THE PROBLEM ::
In the entries below, find each line with the word "CIRCLE" and return it.

MATERIAL PROVIDED ::
-- Opening Marker --
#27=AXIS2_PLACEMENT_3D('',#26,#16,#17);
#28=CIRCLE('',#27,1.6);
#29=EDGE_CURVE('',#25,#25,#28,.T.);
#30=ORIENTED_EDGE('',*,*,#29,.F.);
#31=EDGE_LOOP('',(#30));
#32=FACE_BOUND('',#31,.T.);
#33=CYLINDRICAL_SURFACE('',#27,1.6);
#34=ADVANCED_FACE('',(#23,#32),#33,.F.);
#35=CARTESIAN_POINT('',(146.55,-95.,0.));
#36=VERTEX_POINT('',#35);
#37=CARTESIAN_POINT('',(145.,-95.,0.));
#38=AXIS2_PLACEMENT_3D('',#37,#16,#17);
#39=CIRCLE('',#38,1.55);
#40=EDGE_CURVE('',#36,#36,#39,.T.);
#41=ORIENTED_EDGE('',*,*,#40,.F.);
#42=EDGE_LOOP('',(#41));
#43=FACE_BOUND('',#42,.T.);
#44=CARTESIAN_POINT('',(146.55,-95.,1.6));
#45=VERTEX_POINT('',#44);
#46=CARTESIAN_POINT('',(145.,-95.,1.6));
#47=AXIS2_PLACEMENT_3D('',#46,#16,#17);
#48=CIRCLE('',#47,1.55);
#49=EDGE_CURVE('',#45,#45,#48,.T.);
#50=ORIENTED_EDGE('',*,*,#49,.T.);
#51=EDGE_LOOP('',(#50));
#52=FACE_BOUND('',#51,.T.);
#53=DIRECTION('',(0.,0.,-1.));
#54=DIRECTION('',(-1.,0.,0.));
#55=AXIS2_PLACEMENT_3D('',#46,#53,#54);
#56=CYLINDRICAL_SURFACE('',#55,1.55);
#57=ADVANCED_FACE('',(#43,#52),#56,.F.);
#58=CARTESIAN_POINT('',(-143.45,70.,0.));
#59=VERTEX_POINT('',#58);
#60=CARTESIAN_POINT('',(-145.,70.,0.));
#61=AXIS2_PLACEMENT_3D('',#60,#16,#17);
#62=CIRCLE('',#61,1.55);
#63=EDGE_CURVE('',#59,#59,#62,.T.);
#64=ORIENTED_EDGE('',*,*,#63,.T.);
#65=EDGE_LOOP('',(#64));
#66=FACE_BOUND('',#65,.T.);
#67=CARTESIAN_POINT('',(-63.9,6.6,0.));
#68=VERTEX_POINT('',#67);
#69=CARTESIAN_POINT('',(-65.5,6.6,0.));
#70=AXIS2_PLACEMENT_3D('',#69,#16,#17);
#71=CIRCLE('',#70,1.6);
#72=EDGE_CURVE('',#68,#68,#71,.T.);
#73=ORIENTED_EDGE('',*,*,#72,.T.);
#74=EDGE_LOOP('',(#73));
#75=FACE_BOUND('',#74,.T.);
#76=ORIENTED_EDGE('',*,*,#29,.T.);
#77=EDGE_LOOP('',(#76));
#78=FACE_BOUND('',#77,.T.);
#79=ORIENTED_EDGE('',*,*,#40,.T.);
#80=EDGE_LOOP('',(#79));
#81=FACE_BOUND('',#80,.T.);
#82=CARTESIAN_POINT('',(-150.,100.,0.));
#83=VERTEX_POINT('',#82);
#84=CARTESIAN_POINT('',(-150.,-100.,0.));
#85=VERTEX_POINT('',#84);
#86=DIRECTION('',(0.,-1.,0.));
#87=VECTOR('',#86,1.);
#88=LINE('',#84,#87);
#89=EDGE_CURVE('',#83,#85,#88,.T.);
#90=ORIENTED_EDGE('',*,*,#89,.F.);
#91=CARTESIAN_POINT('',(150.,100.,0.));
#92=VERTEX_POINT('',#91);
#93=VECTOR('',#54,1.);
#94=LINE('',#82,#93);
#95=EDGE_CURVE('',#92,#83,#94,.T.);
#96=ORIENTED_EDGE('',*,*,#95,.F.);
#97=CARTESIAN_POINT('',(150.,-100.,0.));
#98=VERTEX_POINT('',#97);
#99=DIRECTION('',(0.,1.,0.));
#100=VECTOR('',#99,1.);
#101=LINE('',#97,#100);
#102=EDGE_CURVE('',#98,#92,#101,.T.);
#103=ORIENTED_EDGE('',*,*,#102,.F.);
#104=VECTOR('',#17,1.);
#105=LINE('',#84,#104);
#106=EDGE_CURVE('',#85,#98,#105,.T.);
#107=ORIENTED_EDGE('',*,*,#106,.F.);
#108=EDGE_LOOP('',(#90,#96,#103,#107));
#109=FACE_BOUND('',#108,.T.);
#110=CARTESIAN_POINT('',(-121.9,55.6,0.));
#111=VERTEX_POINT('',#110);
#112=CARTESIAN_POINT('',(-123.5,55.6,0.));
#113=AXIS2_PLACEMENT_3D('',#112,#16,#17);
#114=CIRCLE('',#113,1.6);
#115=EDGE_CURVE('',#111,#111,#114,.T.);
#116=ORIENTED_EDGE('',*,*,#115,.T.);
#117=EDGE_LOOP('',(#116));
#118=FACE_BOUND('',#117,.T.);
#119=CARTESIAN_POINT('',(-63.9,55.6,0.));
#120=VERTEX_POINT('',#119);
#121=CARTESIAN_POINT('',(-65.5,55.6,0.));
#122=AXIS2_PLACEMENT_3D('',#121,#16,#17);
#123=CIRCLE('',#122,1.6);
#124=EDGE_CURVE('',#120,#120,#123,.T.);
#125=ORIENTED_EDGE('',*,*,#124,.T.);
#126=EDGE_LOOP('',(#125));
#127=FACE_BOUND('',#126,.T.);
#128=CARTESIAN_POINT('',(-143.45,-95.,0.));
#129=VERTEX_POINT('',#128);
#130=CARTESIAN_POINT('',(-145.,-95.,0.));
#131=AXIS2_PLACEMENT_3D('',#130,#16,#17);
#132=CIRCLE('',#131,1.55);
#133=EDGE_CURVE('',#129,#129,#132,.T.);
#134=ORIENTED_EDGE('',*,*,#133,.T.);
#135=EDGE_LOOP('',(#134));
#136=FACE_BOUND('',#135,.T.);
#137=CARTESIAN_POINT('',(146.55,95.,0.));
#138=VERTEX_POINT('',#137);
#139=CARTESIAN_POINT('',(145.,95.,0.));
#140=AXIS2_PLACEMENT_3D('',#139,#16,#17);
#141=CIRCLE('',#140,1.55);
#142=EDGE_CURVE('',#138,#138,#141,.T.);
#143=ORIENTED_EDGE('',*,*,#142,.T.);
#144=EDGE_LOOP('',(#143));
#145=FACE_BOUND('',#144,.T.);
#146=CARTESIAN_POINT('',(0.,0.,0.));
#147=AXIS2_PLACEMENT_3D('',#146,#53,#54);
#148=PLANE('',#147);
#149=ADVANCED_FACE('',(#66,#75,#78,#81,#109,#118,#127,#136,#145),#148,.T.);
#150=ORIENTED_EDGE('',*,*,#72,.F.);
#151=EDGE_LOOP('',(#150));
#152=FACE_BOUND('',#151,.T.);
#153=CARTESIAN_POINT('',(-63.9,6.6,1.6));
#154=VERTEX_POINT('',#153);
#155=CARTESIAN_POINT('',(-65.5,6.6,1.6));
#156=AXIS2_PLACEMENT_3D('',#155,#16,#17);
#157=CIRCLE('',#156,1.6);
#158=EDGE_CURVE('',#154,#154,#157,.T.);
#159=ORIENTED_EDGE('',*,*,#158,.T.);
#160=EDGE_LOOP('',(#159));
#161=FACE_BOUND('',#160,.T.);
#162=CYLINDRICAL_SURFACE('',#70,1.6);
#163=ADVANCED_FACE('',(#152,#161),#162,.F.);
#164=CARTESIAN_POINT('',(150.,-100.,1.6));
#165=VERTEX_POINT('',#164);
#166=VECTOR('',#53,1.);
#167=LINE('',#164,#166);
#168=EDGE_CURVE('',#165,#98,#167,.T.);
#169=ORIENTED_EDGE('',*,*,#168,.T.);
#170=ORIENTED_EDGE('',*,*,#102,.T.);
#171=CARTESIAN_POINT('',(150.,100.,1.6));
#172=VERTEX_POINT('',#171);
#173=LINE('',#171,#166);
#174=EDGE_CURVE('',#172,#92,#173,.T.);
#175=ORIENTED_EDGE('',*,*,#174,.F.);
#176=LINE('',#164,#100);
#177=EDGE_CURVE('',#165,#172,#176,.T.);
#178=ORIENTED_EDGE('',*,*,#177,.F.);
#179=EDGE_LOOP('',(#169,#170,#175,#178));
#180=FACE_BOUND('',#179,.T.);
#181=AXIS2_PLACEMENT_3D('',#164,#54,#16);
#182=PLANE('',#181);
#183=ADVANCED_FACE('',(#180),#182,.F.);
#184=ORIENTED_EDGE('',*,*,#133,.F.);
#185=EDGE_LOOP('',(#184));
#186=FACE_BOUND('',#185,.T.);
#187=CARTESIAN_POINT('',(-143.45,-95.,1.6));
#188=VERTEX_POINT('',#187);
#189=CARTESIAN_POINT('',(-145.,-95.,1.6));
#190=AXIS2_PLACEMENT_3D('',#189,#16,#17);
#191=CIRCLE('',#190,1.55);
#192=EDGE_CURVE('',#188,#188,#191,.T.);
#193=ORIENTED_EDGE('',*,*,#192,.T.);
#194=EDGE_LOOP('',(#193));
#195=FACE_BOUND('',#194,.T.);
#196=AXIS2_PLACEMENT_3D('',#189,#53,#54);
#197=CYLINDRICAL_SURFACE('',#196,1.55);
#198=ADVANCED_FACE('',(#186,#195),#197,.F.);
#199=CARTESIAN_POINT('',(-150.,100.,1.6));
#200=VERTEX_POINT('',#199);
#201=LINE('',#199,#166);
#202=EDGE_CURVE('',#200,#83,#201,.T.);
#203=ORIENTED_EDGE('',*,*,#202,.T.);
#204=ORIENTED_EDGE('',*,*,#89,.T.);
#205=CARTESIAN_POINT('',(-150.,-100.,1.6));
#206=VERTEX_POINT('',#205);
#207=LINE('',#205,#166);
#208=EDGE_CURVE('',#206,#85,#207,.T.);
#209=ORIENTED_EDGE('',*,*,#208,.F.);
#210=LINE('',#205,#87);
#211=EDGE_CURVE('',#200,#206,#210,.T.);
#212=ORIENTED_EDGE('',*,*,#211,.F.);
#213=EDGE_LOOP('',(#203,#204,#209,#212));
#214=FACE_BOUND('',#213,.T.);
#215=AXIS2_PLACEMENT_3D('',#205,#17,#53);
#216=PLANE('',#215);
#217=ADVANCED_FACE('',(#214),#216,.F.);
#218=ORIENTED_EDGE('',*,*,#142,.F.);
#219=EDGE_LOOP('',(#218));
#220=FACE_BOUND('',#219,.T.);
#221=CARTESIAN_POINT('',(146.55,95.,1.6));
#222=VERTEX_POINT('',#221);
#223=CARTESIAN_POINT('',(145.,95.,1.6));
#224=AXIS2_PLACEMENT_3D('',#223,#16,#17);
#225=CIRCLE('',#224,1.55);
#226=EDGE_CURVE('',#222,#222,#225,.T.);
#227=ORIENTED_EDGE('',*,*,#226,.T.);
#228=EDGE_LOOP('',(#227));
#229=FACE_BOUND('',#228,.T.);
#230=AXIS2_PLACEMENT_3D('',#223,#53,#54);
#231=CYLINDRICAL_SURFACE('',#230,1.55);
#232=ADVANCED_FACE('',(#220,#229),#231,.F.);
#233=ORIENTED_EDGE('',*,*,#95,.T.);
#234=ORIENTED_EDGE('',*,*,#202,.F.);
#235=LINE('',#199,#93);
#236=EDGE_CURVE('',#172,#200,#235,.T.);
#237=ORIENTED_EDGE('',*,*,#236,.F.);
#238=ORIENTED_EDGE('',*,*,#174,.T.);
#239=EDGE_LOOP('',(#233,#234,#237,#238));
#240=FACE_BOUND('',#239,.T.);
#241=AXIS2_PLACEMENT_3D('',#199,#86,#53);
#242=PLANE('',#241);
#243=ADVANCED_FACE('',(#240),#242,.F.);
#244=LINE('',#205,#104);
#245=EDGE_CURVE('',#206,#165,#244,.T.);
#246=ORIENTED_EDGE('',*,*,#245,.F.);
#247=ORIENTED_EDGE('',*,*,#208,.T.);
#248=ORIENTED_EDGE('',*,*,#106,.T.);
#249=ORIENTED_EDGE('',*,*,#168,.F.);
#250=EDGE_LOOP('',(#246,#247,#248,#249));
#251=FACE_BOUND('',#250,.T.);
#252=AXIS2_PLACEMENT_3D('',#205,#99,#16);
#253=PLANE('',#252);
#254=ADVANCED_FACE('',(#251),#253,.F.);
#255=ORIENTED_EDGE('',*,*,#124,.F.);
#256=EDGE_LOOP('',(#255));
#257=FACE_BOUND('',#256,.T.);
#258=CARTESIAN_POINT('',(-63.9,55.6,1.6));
-- Closing Marker --
YOUR RESPONSE ::
#28=CIRCLE('',#27,1.6);
#39=CIRCLE('',#38,1.55);
#48=CIRCLE('',#47,1.55);
#62=CIRCLE('',#61,1.55);
#71=CIRCLE('',#70,1.6);
#114=CIRCLE('',#113,1.6);
#123=CIRCLE('',#122,1.6);
#132=CIRCLE('',#131,1.55);
#141=CIRCLE('',#140,1.55);
#157=CIRCLE('',#156,1.6);
#191=CIRCLE('',#190,1.55);
#225=CIRCLE('',#224,1.55);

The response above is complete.